Итак, мысль о том, что жить есть представление или состоит в том, чтобы быть «во сне во сне» (видимо, приснившемся кому-то другому, неожиданное спасение мироздания), с горечью высказанное Яго за кулисами, чтобы утешить Отелло, недовольного тем, что он не такой, каким он его себе представлял, обретает большую последовательность. Происхождение этого представления о том, что такое жизнь — иллюзия, игра зеркал (по словам Луиса Фернандо Рамоса) или вечный контраст между Творцом и творением (по словам Бернара Сесе) — очевидны: Lкомическая иллюзия (комическая иллюзия, 1636), Пьер Корнель,[16], с одной стороны, а с другой, La vida es sueño (Жизнь это мечта, 1635), Педро Кальдерон де ла Барка,[17] из которого в тот же период Пазолини начинает рождать пьесу Кальдерон.[18]

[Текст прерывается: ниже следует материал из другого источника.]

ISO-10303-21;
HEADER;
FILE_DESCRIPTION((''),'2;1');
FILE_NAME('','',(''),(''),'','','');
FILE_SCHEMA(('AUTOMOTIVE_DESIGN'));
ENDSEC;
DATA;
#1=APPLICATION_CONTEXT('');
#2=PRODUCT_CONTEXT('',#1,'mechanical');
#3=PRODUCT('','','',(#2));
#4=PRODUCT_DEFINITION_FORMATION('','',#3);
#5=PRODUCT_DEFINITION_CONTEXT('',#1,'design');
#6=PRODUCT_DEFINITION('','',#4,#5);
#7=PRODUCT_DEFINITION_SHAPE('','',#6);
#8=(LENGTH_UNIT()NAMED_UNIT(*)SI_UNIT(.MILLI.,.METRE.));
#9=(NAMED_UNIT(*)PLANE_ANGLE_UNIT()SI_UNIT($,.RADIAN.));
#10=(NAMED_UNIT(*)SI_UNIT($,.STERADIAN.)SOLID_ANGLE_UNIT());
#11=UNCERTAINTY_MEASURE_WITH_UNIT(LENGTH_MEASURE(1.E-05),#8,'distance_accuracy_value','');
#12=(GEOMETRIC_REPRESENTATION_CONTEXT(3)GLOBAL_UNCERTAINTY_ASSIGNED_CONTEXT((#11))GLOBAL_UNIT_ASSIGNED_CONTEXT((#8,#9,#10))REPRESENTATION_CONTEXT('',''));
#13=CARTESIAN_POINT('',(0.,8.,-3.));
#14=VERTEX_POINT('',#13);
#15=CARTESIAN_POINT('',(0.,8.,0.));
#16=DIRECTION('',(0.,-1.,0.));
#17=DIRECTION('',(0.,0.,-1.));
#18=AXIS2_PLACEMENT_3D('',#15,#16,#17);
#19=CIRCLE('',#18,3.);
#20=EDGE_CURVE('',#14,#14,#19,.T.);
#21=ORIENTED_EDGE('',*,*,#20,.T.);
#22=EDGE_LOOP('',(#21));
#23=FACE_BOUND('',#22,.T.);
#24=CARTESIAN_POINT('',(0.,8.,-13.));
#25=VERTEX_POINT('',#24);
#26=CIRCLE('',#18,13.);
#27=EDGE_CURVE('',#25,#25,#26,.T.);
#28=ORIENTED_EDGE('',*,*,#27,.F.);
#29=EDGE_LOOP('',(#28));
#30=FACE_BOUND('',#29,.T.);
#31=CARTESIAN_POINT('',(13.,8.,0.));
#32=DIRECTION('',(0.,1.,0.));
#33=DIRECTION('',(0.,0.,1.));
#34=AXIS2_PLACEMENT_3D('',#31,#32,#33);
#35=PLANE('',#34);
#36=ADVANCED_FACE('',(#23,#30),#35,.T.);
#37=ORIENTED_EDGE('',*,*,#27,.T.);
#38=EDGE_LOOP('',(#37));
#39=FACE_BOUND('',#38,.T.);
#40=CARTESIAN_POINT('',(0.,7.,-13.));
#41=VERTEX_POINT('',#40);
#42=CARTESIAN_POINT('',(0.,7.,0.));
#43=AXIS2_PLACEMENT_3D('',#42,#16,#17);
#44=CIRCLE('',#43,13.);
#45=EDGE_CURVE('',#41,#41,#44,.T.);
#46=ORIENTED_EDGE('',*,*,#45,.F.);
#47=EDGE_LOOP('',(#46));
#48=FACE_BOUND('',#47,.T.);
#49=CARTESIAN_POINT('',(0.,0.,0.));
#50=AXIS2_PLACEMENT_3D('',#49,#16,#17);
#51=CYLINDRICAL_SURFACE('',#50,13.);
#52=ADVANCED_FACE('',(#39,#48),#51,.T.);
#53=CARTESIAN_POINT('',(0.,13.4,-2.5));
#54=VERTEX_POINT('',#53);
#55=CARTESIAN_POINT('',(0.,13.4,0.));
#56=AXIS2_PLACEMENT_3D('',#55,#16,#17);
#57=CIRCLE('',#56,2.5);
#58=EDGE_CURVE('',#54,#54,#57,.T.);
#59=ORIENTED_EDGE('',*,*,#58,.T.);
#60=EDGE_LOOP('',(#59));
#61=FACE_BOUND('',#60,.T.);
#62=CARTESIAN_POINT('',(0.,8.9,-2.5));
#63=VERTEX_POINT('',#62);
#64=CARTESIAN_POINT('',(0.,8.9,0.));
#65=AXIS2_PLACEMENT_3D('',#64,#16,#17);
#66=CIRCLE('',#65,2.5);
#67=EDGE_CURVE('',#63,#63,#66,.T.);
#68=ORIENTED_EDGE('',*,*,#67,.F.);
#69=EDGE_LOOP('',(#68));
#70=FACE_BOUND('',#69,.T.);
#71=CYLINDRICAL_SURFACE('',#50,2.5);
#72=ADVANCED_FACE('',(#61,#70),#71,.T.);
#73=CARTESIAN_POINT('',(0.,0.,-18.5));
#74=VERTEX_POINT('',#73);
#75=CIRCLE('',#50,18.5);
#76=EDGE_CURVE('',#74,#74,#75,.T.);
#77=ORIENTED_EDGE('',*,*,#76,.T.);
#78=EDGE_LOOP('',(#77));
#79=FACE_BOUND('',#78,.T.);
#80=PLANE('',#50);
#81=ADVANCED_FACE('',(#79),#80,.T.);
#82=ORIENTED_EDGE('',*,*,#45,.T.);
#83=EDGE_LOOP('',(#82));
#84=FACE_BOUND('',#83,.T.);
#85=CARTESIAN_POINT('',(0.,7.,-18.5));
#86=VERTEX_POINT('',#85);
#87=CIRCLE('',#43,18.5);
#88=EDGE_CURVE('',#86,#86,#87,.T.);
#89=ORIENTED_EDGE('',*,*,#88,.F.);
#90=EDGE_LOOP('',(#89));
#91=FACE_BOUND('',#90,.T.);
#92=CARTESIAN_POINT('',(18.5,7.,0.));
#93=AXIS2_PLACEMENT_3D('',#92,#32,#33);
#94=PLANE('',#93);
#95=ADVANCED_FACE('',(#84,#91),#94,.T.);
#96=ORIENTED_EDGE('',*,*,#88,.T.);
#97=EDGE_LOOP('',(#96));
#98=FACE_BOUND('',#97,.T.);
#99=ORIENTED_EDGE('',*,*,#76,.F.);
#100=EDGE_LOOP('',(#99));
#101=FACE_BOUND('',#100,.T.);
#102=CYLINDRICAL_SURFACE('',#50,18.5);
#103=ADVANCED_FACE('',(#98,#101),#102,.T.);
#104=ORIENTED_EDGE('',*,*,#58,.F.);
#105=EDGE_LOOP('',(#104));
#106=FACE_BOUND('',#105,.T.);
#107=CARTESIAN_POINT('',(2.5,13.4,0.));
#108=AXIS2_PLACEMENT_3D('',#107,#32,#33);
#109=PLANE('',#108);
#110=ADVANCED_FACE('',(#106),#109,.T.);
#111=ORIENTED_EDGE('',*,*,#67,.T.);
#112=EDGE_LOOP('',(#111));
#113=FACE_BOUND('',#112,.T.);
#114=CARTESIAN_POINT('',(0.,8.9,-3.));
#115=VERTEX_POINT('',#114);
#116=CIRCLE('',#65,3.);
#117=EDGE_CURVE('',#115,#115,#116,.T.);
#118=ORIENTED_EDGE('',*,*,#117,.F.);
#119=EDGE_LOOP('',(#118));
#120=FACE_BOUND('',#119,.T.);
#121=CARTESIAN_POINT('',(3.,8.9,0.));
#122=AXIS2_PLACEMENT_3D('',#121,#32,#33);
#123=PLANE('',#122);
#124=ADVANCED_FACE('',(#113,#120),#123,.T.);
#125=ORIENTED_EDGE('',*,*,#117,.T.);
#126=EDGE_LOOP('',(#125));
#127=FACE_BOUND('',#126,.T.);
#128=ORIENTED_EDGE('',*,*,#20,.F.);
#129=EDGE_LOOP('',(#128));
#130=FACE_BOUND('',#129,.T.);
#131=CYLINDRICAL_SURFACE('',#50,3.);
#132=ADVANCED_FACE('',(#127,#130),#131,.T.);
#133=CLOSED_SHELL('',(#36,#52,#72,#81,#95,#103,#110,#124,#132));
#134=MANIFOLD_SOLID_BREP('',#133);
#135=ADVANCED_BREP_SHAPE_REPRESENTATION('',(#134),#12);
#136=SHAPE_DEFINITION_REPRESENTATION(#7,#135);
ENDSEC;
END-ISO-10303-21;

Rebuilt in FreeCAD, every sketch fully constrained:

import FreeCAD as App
import Part
import Sketcher
from FreeCAD import Vector

doc = App.newDocument("Part")
body = doc.addObject("PartDesign::Body", "Body")

# Sketch on XY plane
sketch1 = body.newObject("Sketcher::SketchObject", "Sketch")
sketch1.AttachmentSupport = (doc.getObject("XY_Plane"), [""])
sketch1.MapMode = "FlatFace"
sketch1.addGeometry(Part.LineSegment(Vector(0, 0, 0), Vector(18.5, 0, 0)), False)
sketch1.addGeometry(Part.LineSegment(Vector(18.5, 0, 0), Vector(18.5, 7, 0)), False)
sketch1.addGeometry(Part.LineSegment(Vector(18.5, 7, 0), Vector(13, 7, 0)), False)
sketch1.addGeometry(Part.LineSegment(Vector(13, 7, 0), Vector(13, 8, 0)), False)
sketch1.addGeometry(Part.LineSegment(Vector(13, 8, 0), Vector(3, 8, 0)), False)
sketch1.addGeometry(Part.LineSegment(Vector(3, 8, 0), Vector(3, 8.9, 0)), False)
sketch1.addGeometry(Part.LineSegment(Vector(3, 8.9, 0), Vector(2.5, 8.9, 0)), False)
sketch1.addGeometry(Part.LineSegment(Vector(2.5, 8.9, 0), Vector(2.5, 13.4, 0)), False)
sketch1.addGeometry(Part.LineSegment(Vector(2.5, 13.4, 0), Vector(0, 13.4, 0)), False)
sketch1.addGeometry(Part.LineSegment(Vector(0, 13.4, 0), Vector(0, 0, 0)), False)
sketch1.addConstraint(Sketcher.Constraint("Coincident", 0, 2, 1, 1))
sketch1.addConstraint(Sketcher.Constraint("Coincident", 1, 2, 2, 1))
sketch1.addConstraint(Sketcher.Constraint("Coincident", 2, 2, 3, 1))
sketch1.addConstraint(Sketcher.Constraint("Coincident", 3, 2, 4, 1))
sketch1.addConstraint(Sketcher.Constraint("Coincident", 4, 2, 5, 1))
sketch1.addConstraint(Sketcher.Constraint("Coincident", 5, 2, 6, 1))
sketch1.addConstraint(Sketcher.Constraint("Coincident", 6, 2, 7, 1))
sketch1.addConstraint(Sketcher.Constraint("Coincident", 7, 2, 8, 1))
sketch1.addConstraint(Sketcher.Constraint("Coincident", 8, 2, 9, 1))
sketch1.addConstraint(Sketcher.Constraint("Coincident", 9, 2, 0, 1))
sketch1.addConstraint(Sketcher.Constraint("Horizontal", 0))
sketch1.addConstraint(Sketcher.Constraint("Vertical", 1))
sketch1.addConstraint(Sketcher.Constraint("Horizontal", 2))
sketch1.addConstraint(Sketcher.Constraint("Vertical", 3))
sketch1.addConstraint(Sketcher.Constraint("Horizontal", 4))
sketch1.addConstraint(Sketcher.Constraint("Vertical", 5))
sketch1.addConstraint(Sketcher.Constraint("Horizontal", 6))
sketch1.addConstraint(Sketcher.Constraint("Vertical", 7))
sketch1.addConstraint(Sketcher.Constraint("Horizontal", 8))
sketch1.addConstraint(Sketcher.Constraint("Vertical", 9))
sketch1.addConstraint(Sketcher.Constraint("Coincident", 9, 2, -1, 1))
sketch1.addConstraint(Sketcher.Constraint("DistanceX", 4, 2, 4, 1, 10.0))
sketch1.addConstraint(Sketcher.Constraint("DistanceY", 1, 1, 1, 2, 7.0))
sketch1.addConstraint(Sketcher.Constraint("DistanceY", 3, 1, 3, 2, 1.0))
sketch1.addConstraint(Sketcher.Constraint("DistanceX", 0, 1, 0, 2, 18.5))
sketch1.addConstraint(Sketcher.Constraint("DistanceX", 2, 2, 2, 1, 5.5))
sketch1.addConstraint(Sketcher.Constraint("DistanceX", 6, 2, 6, 1, 0.5))
sketch1.addConstraint(Sketcher.Constraint("DistanceY", 5, 1, 5, 2, 0.9))
sketch1.addConstraint(Sketcher.Constraint("DistanceY", 7, 1, 7, 2, 4.5))
revolution = body.newObject("PartDesign::Revolution", "Revolution")
revolution.Profile = sketch1
revolution.ReferenceAxis = (sketch1, ["V_Axis"])
revolution.Angle = 360

doc.recompute()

Возможно, менее очевидным является происхождение названия эпизода.[19] те прекрасные и не поддающиеся расшифровке облака, которые обнаруживают Отелло и Яго, когда их выбрасывают на свалку, вернее, бросают в Баратро.[20] Заставив Яго воскликнуть: «Ах, мучительная и дивная красота Творения! Ах!», облака олицетворяют Богоявление,[21] именно небесные богини предлагают людям «знание, диалектику, понимание, возвышенный и многословный язык, искусство двигать и обманывать», как говорит Сократ в произведении Аристофана.[22] комедия Облака, впервые представленный в Афинах в 423 г. до н. непоследовательные философские рассуждения» (как записано в т. V от Словарь Letterario Bompiani). Пазолини, читая пьесу в обратном ключе к предложению автора, заставляет мысль Сократа торжествовать. [23], который избрал трех божеств, «хаос, облака и язык» (по словам Аристофана), чтобы управлять судьбами людей.[24]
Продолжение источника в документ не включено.